### Goal of the exercise
Extract exactly those lines that lie between the start of the material and the line with "v -26.797 -12.755 3.98", including both boundary lines and no others.

### Material to process
........

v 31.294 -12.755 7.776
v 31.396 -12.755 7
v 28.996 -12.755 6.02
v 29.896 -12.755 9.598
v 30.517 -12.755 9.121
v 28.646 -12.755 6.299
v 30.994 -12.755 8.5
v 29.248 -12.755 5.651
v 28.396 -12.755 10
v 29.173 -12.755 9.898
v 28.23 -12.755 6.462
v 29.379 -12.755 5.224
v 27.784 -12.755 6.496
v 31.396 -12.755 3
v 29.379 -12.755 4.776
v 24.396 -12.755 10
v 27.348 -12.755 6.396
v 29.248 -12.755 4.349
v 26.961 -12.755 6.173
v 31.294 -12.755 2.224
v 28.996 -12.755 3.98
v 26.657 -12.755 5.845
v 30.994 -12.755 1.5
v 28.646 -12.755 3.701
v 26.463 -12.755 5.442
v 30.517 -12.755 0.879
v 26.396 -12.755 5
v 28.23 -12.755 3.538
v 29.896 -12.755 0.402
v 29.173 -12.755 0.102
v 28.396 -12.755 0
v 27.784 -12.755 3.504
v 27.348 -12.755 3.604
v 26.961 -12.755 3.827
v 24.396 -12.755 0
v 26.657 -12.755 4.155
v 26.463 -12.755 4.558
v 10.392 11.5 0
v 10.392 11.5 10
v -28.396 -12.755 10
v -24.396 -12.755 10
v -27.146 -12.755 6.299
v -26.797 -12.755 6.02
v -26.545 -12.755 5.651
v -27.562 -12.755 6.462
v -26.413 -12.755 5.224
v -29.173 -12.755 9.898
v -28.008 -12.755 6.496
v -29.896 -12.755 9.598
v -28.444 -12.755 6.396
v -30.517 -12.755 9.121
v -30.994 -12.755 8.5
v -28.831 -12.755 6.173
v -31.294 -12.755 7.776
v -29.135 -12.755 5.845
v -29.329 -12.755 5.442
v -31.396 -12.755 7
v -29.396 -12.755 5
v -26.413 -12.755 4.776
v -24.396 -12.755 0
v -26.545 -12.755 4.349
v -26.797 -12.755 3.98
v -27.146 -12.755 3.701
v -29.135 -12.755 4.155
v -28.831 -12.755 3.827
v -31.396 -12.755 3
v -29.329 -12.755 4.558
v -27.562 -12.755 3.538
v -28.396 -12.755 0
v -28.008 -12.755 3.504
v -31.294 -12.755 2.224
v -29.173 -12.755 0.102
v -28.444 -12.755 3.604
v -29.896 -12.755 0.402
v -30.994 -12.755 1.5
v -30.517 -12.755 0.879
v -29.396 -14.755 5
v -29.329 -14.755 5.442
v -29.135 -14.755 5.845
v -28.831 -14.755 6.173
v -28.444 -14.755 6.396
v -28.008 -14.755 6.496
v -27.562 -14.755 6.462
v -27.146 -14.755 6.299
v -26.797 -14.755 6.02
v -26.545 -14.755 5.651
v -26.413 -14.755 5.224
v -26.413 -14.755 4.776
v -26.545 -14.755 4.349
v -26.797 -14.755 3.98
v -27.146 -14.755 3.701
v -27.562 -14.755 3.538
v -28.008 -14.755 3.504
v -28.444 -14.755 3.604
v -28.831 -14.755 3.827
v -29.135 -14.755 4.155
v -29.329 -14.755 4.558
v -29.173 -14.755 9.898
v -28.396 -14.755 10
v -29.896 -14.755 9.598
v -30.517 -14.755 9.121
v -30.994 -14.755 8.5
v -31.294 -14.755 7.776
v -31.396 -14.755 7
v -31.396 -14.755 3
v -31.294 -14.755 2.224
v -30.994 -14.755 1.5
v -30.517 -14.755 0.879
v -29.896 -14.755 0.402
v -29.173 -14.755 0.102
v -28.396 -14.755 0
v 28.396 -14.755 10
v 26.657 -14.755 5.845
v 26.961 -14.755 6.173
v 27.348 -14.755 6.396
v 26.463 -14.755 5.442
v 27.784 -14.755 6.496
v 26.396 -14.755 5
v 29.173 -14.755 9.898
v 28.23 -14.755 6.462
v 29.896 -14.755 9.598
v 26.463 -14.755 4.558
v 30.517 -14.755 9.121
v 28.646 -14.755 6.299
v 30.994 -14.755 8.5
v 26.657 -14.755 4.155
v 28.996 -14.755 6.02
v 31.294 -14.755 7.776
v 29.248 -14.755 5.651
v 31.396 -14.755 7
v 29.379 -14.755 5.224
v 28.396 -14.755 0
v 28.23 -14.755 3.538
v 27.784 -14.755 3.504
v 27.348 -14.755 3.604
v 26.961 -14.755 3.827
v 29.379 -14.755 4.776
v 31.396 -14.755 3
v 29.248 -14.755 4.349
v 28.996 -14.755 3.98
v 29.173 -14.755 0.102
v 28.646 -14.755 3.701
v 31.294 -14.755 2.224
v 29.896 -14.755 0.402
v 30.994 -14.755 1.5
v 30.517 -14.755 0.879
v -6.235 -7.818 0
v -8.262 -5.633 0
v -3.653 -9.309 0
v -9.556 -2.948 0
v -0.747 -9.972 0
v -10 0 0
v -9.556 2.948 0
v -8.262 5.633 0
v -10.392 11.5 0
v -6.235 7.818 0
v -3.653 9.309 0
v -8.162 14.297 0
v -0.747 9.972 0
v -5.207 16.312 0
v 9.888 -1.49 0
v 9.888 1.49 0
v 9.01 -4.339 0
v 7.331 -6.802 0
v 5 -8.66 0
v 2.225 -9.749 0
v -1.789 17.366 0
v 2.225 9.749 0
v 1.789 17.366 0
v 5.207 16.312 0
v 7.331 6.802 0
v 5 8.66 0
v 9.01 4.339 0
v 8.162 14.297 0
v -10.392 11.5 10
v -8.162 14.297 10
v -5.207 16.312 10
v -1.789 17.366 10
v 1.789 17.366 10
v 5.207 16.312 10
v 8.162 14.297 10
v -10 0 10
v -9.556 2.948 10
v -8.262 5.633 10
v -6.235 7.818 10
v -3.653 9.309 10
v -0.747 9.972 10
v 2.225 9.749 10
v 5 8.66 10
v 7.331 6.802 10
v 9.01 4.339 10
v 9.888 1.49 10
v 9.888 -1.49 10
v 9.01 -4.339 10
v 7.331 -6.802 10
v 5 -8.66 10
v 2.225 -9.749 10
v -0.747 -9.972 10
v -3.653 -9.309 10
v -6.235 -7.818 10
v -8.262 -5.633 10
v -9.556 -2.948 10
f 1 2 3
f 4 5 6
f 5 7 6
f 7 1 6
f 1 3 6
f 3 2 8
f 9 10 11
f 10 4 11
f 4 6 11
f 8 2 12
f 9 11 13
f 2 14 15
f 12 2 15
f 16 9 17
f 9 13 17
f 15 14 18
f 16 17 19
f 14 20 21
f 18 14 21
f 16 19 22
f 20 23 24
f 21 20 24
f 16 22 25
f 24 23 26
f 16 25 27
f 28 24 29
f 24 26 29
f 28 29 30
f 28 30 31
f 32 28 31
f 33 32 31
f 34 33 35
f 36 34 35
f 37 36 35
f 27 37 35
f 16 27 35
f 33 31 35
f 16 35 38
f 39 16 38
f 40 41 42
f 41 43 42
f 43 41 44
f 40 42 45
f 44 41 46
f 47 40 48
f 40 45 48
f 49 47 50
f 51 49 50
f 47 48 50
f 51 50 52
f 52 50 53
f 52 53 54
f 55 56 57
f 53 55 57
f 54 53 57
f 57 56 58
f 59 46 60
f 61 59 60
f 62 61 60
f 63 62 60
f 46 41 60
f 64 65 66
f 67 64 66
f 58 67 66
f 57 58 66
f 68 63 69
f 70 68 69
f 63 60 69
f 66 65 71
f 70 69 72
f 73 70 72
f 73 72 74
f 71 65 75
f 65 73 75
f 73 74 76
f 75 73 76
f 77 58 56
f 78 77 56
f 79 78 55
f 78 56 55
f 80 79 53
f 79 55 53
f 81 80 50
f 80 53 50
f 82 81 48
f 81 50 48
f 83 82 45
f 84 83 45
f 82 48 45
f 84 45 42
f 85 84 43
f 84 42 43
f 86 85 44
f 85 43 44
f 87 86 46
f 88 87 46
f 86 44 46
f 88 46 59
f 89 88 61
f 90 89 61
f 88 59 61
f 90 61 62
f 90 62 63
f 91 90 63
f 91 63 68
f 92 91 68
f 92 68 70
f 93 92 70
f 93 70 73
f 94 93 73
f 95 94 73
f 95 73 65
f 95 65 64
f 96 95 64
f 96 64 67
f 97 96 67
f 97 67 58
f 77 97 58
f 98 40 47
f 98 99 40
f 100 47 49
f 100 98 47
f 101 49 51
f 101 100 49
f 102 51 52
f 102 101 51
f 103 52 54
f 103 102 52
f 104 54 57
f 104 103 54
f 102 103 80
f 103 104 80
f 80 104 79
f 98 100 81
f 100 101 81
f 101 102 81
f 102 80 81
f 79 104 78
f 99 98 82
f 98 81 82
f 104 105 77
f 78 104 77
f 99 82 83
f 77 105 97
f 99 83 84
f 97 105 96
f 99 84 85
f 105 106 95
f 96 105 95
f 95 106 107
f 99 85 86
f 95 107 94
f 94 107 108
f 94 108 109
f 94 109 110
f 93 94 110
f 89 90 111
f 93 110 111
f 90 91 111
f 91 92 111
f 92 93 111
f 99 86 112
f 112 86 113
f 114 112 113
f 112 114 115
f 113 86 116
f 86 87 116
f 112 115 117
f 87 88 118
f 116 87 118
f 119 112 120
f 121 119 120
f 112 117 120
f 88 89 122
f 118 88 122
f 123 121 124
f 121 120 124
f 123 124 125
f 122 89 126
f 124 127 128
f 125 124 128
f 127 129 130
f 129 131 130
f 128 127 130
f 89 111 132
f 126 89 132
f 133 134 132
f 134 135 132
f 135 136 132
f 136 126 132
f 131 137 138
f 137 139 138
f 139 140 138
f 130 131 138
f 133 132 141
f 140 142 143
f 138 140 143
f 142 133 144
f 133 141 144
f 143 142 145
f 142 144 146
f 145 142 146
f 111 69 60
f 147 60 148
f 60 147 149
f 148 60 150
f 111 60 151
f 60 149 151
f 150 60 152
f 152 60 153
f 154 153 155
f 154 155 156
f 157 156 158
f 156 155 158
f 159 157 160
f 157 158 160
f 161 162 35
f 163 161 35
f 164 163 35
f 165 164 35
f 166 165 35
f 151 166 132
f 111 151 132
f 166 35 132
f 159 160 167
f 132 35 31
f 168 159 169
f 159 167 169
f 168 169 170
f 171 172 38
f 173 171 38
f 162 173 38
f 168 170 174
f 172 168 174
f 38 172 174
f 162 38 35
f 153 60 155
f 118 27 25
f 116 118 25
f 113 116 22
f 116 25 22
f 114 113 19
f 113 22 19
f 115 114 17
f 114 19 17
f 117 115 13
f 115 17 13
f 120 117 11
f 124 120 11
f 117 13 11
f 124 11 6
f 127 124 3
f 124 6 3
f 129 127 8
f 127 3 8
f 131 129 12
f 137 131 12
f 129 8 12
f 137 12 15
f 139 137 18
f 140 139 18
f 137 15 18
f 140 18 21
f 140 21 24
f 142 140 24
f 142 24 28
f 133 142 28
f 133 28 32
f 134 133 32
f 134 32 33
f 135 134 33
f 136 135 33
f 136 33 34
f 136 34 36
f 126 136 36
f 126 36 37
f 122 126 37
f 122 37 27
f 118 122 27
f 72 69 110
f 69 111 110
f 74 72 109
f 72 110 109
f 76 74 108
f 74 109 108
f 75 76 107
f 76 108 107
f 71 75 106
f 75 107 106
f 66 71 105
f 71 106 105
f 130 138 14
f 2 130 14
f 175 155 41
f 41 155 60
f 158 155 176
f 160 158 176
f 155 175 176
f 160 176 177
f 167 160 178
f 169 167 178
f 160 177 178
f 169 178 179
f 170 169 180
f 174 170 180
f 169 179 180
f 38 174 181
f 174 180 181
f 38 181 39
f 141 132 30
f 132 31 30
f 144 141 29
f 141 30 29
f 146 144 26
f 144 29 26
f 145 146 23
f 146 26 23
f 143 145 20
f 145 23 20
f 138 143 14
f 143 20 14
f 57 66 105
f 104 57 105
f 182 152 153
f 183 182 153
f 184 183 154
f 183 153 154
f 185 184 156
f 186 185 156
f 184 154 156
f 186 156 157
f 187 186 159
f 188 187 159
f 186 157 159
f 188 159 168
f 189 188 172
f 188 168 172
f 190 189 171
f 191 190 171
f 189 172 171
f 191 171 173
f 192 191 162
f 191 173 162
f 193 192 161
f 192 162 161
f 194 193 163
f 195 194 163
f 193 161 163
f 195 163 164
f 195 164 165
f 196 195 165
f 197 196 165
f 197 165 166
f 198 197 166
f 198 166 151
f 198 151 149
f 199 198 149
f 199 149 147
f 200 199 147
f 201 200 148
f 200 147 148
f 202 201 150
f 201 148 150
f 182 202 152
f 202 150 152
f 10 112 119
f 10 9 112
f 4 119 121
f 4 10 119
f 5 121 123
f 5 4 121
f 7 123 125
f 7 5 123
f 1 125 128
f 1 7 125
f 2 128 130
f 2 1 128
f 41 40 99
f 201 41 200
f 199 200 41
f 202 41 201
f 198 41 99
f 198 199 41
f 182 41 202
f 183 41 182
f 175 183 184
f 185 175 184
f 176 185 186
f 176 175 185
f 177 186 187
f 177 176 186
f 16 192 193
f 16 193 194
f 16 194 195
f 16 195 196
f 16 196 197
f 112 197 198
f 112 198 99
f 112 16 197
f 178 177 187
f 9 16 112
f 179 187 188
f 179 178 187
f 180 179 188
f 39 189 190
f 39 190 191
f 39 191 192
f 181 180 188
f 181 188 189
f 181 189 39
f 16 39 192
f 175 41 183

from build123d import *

# Parameters (mm, degrees)
SALIENTE_EXTRUIR3_DEPTH = 10
CROQUIS3_R              = 10
CORTAR_EXTRUIR1_DEPTH   = 10
REDONDEO2_R             = 12
CROQUIS4_R              = 1.5
CORTAR_EXTRUIR2_DEPTH   = 45.733638102
REDONDEO3_R             = 3


with BuildPart() as part:
    # Croquis1 → Saliente-Extruir3 (new body)
    with BuildSketch(Plane.XY):
        Polygon((0, 29.5), (-24.396106146, -12.755295351), (-31.396106146, -12.755295351), (-31.396106146, -14.755295351), (-25.556921229, -14.755295351), (25.556921229, -14.755295351), (31.396106146, -14.755295351), (31.396106146, -12.755295351), (24.396106146, -12.755295351), align=None)
    extrude(amount=SALIENTE_EXTRUIR3_DEPTH)

    # Croquis3 → Cortar-Extruir1 (cut)
    with BuildSketch(Plane(origin=(0, 0, 0), x_dir=(-1, 0, 0), z_dir=(0, 0, -1))):
        Circle(CROQUIS3_R)
    extrude(amount=-CORTAR_EXTRUIR1_DEPTH, mode=Mode.SUBTRACT)

    # Redondeo2
    redondeo2_edges = [part.edges().sort_by_distance(p)[0] for p in [
        (0, 29.5, 5),
    ]]
    fillet(redondeo2_edges, radius=REDONDEO2_R)

    # Croquis4 → Cortar-Extruir2 (cut, through all)
    with BuildSketch(Plane(origin=(0, -12.755295351, 0), x_dir=(1, 0, 0), z_dir=(0, 1, 0))):
        with Locations(Location((27.896106146, -5, 0), (0, 0, 180))):
            Circle(CROQUIS4_R)
        with Locations(Location((-27.896106146, -5, 0), (0, 0, 180))):
            Circle(CROQUIS4_R)
    extrude(amount=-CORTAR_EXTRUIR2_DEPTH, mode=Mode.SUBTRACT)

    # Redondeo3
    redondeo3_edges = [part.edges().sort_by_distance(p)[0] for p in [
        (-31.396106146, -13.755295351, 10),
        (-31.396106146, -13.755295351, 0),
        (31.396106146, -13.755295351, 10),
        (31.396106146, -13.755295351, 0),
    ]]
    fillet(redondeo3_edges, radius=REDONDEO3_R)


solid = part.part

........

### Solution
v 31.294 -12.755 7.776
v 31.396 -12.755 7
v 28.996 -12.755 6.02
v 29.896 -12.755 9.598
v 30.517 -12.755 9.121
v 28.646 -12.755 6.299
v 30.994 -12.755 8.5
v 29.248 -12.755 5.651
v 28.396 -12.755 10
v 29.173 -12.755 9.898
v 28.23 -12.755 6.462
v 29.379 -12.755 5.224
v 27.784 -12.755 6.496
v 31.396 -12.755 3
v 29.379 -12.755 4.776
v 24.396 -12.755 10
v 27.348 -12.755 6.396
v 29.248 -12.755 4.349
v 26.961 -12.755 6.173
v 31.294 -12.755 2.224
v 28.996 -12.755 3.98
v 26.657 -12.755 5.845
v 30.994 -12.755 1.5
v 28.646 -12.755 3.701
v 26.463 -12.755 5.442
v 30.517 -12.755 0.879
v 26.396 -12.755 5
v 28.23 -12.755 3.538
v 29.896 -12.755 0.402
v 29.173 -12.755 0.102
v 28.396 -12.755 0
v 27.784 -12.755 3.504
v 27.348 -12.755 3.604
v 26.961 -12.755 3.827
v 24.396 -12.755 0
v 26.657 -12.755 4.155
v 26.463 -12.755 4.558
v 10.392 11.5 0
v 10.392 11.5 10
v -28.396 -12.755 10
v -24.396 -12.755 10
v -27.146 -12.755 6.299
v -26.797 -12.755 6.02
v -26.545 -12.755 5.651
v -27.562 -12.755 6.462
v -26.413 -12.755 5.224
v -29.173 -12.755 9.898
v -28.008 -12.755 6.496
v -29.896 -12.755 9.598
v -28.444 -12.755 6.396
v -30.517 -12.755 9.121
v -30.994 -12.755 8.5
v -28.831 -12.755 6.173
v -31.294 -12.755 7.776
v -29.135 -12.755 5.845
v -29.329 -12.755 5.442
v -31.396 -12.755 7
v -29.396 -12.755 5
v -26.413 -12.755 4.776
v -24.396 -12.755 0
v -26.545 -12.755 4.349
v -26.797 -12.755 3.98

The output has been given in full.